__TASK STATEMENT__
Among the lines below, copy exactly those from the one with "extrude(amount=BOSS_EXTRUDE1_DEPTH)" through the one with "A parametric FreeCAD", counting both ends.

__RAW DATA__

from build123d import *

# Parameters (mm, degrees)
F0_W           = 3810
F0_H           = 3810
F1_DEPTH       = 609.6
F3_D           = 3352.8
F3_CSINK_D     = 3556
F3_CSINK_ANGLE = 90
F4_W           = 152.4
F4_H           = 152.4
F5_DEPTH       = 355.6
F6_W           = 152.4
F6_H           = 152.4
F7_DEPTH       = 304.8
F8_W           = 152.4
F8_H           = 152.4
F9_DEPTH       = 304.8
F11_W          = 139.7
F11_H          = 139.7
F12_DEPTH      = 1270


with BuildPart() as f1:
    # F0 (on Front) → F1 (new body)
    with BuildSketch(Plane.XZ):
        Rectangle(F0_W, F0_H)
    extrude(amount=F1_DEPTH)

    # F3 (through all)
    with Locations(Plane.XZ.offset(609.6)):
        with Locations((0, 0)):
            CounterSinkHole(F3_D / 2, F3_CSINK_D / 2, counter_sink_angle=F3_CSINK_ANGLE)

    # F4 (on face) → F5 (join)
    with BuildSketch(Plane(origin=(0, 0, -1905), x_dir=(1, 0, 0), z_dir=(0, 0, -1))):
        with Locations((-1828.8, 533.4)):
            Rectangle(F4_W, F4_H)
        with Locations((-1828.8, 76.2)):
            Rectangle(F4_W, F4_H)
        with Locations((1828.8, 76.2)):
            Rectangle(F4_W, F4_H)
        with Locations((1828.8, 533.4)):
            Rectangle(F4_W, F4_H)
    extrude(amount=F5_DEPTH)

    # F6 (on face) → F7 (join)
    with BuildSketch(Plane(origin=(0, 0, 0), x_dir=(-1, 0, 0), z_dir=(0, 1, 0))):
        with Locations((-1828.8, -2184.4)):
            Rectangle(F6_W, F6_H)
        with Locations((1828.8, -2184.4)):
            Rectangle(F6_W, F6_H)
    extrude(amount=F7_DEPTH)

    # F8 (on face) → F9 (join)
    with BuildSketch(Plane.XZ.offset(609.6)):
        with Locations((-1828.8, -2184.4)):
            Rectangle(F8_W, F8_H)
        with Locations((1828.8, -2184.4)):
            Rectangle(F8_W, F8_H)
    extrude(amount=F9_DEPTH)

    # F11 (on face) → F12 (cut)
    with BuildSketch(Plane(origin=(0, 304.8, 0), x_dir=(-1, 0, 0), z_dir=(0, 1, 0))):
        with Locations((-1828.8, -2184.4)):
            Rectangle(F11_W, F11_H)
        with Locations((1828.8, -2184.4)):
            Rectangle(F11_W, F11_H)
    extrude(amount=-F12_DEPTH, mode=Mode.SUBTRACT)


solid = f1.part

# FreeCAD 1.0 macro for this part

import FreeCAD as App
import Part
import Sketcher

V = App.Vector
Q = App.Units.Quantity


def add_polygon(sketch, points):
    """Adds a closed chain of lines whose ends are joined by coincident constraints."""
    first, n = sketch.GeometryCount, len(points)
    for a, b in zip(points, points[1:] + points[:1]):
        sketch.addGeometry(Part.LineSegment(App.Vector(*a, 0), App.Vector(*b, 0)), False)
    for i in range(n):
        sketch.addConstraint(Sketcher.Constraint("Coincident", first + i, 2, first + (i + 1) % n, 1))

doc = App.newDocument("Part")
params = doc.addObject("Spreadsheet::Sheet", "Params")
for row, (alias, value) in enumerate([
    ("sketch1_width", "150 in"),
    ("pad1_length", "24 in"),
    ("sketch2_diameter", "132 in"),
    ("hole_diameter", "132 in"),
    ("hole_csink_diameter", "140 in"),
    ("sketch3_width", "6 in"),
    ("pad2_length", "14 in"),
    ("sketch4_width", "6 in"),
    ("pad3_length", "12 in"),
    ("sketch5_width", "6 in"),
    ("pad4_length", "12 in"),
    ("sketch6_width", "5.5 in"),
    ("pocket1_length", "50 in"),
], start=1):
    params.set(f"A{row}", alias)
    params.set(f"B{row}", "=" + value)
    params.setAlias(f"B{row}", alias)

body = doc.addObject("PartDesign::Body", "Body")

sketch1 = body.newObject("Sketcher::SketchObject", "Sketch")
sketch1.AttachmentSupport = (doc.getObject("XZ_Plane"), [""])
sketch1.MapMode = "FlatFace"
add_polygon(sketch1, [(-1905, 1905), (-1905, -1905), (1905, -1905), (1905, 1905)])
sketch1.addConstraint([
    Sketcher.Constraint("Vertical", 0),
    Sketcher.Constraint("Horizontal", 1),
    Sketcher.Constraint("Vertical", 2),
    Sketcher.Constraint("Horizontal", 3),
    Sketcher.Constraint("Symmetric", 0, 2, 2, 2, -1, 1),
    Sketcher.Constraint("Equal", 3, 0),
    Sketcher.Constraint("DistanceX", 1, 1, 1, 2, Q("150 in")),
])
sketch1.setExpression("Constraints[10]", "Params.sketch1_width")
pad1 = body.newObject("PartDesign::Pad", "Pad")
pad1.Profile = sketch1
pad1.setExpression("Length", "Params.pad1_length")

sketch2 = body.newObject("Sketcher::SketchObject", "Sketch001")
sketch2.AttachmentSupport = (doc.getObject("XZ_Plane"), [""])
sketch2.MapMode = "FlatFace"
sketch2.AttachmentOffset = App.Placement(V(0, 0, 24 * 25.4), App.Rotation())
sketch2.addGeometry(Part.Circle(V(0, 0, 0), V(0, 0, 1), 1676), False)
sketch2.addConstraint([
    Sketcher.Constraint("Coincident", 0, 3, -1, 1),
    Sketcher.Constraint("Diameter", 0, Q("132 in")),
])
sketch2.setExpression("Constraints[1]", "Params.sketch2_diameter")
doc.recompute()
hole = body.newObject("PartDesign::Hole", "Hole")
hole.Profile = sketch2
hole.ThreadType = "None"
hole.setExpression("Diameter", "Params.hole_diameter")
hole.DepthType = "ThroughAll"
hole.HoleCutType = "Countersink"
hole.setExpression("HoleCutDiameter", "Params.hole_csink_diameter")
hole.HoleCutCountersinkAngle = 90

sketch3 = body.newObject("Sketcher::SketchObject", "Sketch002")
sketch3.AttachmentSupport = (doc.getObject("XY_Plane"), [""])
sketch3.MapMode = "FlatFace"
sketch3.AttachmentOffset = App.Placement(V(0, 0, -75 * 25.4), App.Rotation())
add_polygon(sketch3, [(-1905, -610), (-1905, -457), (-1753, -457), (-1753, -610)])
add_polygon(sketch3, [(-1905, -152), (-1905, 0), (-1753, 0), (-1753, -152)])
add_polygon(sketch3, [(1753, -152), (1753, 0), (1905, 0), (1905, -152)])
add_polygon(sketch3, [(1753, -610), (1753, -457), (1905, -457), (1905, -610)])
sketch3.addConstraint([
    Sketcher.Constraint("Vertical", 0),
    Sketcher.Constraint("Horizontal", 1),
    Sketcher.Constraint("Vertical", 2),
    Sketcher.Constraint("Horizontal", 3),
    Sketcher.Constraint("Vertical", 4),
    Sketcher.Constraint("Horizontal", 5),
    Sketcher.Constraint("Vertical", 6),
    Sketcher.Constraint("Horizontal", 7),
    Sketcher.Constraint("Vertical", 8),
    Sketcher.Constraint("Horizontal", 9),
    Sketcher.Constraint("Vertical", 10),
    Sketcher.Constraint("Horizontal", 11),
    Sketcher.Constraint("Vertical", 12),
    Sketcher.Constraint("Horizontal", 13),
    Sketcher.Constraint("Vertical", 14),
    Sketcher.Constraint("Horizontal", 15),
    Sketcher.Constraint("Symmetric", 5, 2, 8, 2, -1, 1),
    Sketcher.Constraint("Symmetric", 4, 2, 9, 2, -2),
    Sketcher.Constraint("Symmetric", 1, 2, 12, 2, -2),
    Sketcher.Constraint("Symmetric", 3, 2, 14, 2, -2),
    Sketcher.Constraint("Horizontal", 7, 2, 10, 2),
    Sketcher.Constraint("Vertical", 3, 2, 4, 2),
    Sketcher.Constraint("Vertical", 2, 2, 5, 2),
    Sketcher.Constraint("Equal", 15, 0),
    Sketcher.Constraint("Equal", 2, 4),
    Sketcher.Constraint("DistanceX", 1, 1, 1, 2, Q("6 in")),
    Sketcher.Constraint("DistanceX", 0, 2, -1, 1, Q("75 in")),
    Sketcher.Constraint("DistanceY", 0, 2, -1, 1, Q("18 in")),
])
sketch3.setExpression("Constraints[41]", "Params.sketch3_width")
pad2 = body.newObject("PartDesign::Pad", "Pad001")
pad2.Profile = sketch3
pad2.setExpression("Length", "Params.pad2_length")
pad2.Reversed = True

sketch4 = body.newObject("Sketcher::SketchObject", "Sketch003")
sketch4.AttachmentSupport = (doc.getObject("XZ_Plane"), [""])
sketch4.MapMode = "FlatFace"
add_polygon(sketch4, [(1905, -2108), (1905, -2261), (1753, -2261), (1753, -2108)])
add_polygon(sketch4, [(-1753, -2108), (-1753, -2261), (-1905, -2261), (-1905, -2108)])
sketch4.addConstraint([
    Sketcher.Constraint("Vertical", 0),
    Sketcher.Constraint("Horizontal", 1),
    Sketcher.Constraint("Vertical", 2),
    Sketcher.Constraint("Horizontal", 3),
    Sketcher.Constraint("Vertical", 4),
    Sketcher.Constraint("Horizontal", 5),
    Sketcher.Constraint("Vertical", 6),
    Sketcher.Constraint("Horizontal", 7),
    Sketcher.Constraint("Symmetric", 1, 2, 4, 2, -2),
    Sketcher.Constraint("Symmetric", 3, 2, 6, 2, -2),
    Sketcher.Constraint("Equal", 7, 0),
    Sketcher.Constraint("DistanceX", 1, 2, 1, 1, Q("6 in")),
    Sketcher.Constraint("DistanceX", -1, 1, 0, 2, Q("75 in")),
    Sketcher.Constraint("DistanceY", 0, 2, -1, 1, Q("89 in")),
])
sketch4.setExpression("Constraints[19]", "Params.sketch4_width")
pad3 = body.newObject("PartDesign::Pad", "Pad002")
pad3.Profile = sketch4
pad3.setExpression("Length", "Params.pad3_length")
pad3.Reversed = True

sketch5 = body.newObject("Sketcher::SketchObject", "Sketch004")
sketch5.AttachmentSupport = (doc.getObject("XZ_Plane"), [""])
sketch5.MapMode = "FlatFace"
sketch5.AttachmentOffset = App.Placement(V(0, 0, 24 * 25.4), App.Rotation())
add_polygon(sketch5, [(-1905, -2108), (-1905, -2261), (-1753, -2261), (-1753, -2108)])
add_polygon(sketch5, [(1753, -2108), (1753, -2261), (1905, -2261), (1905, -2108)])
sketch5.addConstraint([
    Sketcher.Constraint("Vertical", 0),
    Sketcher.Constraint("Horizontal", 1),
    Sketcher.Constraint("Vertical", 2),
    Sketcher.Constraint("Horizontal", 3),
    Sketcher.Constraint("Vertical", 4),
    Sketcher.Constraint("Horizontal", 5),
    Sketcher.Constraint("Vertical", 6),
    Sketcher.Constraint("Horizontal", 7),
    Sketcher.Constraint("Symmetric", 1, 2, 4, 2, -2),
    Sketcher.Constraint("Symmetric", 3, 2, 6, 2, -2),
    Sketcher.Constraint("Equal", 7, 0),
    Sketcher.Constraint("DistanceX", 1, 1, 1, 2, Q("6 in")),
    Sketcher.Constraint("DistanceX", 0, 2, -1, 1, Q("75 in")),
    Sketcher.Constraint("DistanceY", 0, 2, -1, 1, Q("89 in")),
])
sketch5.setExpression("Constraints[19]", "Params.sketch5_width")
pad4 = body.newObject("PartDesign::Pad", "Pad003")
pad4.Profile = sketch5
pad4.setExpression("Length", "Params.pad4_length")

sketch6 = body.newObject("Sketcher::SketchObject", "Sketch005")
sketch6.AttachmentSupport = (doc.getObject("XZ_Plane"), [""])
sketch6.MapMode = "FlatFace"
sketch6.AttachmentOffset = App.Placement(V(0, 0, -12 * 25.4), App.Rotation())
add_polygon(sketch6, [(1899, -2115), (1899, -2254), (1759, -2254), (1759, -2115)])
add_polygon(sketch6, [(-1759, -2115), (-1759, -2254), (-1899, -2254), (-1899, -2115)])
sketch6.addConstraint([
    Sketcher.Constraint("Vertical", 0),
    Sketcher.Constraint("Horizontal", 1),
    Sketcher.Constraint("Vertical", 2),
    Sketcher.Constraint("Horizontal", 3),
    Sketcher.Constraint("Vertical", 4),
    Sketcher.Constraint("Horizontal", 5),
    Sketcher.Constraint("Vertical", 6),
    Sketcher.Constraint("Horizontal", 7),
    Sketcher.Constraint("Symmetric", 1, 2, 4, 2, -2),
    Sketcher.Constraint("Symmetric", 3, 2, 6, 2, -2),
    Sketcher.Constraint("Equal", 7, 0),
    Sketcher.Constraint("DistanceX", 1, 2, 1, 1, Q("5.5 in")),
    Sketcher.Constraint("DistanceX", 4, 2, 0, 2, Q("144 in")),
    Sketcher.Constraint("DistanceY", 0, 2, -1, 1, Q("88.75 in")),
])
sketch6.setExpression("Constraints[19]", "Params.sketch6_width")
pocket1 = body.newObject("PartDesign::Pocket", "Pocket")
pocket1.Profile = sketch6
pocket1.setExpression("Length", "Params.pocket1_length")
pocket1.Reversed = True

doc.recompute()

---

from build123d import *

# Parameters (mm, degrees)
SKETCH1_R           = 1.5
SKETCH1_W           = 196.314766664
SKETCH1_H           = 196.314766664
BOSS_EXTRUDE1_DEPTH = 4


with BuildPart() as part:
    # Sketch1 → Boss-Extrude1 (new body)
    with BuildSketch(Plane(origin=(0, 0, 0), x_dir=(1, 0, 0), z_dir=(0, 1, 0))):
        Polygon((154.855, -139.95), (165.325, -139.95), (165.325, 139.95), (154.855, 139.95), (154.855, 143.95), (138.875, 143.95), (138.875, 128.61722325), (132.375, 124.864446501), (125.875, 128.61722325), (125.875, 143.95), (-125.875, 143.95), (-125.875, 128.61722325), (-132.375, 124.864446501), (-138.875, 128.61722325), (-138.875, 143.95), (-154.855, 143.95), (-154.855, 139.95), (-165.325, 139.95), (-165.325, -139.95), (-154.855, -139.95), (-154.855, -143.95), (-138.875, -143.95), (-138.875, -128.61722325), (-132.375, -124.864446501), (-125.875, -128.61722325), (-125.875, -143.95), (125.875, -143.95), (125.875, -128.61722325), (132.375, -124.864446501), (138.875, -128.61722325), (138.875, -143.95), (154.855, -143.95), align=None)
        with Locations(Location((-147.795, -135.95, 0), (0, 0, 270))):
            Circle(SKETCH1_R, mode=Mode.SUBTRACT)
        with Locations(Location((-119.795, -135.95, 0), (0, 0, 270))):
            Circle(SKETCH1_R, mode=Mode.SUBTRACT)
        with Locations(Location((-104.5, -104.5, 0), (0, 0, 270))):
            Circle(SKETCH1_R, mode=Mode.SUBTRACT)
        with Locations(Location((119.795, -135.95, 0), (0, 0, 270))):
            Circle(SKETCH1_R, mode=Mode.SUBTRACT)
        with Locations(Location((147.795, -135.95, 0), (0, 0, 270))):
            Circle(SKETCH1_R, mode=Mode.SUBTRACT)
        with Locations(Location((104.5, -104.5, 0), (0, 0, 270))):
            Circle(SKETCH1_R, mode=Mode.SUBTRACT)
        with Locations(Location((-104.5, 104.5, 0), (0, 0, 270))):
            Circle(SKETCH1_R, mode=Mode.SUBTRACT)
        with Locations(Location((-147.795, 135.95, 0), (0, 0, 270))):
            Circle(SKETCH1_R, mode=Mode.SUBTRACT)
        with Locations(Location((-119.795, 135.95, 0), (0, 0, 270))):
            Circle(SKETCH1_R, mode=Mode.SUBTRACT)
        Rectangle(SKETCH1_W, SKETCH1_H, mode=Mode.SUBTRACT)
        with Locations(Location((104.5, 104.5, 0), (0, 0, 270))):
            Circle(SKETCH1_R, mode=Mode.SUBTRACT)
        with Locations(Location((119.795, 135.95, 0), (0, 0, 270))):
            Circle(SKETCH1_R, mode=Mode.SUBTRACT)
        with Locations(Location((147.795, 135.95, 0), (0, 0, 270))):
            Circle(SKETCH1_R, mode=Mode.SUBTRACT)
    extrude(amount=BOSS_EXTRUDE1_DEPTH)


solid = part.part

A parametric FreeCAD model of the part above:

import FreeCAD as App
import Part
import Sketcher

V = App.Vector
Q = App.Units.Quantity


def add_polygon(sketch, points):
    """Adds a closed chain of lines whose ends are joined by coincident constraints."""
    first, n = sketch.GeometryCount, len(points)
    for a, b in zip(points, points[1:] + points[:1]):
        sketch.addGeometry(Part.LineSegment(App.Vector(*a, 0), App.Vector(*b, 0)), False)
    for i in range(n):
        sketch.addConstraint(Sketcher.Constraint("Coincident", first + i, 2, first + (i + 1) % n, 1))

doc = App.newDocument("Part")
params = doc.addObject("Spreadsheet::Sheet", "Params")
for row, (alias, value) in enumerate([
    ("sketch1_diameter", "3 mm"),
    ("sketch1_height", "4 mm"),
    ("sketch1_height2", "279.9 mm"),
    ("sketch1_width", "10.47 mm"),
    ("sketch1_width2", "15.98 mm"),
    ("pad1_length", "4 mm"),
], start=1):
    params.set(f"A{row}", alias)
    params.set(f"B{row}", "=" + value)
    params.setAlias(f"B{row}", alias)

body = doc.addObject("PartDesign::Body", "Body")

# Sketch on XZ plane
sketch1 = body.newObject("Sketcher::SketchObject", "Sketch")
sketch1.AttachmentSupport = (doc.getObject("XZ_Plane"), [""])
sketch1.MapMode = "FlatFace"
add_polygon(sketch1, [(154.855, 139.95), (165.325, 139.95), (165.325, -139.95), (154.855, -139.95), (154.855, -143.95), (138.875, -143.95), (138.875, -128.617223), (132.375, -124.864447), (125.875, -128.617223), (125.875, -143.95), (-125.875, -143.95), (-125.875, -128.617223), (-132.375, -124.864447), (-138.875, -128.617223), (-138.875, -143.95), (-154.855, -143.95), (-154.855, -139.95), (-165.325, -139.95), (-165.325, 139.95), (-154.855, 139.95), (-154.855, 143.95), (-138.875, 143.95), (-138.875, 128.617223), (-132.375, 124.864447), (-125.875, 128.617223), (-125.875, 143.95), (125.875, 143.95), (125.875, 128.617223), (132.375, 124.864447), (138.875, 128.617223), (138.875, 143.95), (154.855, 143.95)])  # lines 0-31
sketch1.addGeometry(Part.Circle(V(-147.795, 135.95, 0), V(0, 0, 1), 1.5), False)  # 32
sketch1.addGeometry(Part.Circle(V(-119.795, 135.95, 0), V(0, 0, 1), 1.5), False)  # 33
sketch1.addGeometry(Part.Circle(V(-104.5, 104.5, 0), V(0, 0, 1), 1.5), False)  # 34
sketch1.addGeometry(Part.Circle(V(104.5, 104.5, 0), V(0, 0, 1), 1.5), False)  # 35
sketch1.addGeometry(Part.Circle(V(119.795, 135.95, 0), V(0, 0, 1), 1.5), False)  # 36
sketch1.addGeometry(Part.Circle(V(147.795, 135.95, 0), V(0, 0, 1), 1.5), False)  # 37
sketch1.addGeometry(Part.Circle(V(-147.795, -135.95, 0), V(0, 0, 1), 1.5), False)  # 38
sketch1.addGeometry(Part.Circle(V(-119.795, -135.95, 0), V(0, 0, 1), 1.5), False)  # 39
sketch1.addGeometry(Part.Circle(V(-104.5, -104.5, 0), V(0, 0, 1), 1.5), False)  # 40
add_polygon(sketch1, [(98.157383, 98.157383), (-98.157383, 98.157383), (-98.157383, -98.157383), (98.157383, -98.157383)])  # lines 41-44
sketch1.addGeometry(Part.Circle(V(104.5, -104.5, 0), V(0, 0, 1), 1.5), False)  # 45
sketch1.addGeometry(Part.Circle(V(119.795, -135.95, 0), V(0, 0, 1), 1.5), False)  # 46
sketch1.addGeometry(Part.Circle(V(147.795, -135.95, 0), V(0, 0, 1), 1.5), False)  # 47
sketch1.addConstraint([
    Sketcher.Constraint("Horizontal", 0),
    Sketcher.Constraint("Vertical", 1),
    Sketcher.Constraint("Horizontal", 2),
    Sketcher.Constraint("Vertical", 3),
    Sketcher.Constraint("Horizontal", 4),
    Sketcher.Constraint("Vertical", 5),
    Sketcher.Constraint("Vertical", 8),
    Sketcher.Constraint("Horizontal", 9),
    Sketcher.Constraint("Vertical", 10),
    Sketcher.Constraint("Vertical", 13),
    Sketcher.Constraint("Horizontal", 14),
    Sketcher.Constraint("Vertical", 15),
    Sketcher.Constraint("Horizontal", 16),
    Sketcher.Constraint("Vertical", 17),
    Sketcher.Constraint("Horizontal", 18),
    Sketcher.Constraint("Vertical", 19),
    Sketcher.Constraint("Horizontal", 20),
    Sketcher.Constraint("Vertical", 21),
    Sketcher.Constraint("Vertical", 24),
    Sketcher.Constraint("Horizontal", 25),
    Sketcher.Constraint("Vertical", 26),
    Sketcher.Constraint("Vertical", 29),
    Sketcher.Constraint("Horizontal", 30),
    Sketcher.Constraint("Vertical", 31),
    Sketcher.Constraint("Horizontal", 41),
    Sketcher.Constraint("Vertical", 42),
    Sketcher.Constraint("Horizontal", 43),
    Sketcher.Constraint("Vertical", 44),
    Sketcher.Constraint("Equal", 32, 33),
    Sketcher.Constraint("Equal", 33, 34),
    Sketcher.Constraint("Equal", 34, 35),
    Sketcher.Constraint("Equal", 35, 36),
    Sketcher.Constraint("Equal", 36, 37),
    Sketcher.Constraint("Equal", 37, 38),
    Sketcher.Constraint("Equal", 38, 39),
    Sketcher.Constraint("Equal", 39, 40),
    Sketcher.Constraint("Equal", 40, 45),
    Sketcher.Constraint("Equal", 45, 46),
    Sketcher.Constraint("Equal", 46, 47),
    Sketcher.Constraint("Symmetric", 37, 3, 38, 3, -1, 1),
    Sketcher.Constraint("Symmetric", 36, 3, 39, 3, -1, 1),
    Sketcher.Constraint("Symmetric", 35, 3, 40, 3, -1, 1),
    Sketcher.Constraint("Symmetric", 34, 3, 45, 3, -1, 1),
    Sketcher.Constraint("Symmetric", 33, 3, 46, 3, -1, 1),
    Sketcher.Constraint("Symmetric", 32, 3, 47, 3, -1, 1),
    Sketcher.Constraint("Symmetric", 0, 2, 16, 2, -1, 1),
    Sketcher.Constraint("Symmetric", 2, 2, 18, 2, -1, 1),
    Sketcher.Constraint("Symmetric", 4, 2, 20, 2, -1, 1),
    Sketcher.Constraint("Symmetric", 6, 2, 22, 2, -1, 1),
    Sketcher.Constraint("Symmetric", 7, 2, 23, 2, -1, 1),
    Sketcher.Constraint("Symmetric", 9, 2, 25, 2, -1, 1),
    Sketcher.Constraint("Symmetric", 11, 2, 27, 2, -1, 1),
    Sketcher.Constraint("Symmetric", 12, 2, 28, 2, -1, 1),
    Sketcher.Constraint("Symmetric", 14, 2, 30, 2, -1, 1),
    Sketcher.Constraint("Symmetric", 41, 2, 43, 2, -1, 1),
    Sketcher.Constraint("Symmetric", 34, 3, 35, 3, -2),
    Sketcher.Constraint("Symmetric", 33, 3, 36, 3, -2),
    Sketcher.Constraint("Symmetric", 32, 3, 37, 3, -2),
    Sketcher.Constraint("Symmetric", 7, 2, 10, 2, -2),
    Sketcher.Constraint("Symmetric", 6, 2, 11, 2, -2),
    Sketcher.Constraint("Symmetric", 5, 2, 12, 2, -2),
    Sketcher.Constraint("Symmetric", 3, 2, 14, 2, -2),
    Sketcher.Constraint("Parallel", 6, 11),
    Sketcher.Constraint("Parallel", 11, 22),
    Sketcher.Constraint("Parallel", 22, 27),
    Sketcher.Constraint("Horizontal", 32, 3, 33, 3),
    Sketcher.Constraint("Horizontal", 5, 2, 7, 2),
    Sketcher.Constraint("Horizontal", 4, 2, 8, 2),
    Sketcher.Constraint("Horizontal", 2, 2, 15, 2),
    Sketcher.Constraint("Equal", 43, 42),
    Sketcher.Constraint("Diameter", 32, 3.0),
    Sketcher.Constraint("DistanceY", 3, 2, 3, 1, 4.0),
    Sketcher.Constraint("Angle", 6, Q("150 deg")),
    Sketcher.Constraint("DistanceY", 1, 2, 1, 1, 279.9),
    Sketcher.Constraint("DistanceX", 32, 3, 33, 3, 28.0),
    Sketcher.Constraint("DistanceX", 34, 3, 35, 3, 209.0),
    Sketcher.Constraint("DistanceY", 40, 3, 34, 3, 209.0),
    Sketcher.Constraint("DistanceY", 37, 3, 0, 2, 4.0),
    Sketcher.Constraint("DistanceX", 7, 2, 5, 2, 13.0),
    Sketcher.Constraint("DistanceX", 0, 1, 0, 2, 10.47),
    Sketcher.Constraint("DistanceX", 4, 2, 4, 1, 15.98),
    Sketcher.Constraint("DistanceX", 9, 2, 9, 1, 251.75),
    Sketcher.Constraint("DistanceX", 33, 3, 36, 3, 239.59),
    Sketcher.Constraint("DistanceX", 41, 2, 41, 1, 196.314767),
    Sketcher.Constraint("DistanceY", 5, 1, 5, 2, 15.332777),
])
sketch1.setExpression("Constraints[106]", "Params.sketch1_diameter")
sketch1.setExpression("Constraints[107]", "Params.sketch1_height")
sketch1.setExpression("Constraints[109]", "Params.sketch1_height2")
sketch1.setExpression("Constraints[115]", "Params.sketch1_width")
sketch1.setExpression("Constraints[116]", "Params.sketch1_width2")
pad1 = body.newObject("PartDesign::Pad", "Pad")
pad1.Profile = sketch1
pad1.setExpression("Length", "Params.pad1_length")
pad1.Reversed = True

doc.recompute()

__YOUR RESPONSE__
    extrude(amount=BOSS_EXTRUDE1_DEPTH)


solid = part.part

A parametric FreeCAD model of the part above:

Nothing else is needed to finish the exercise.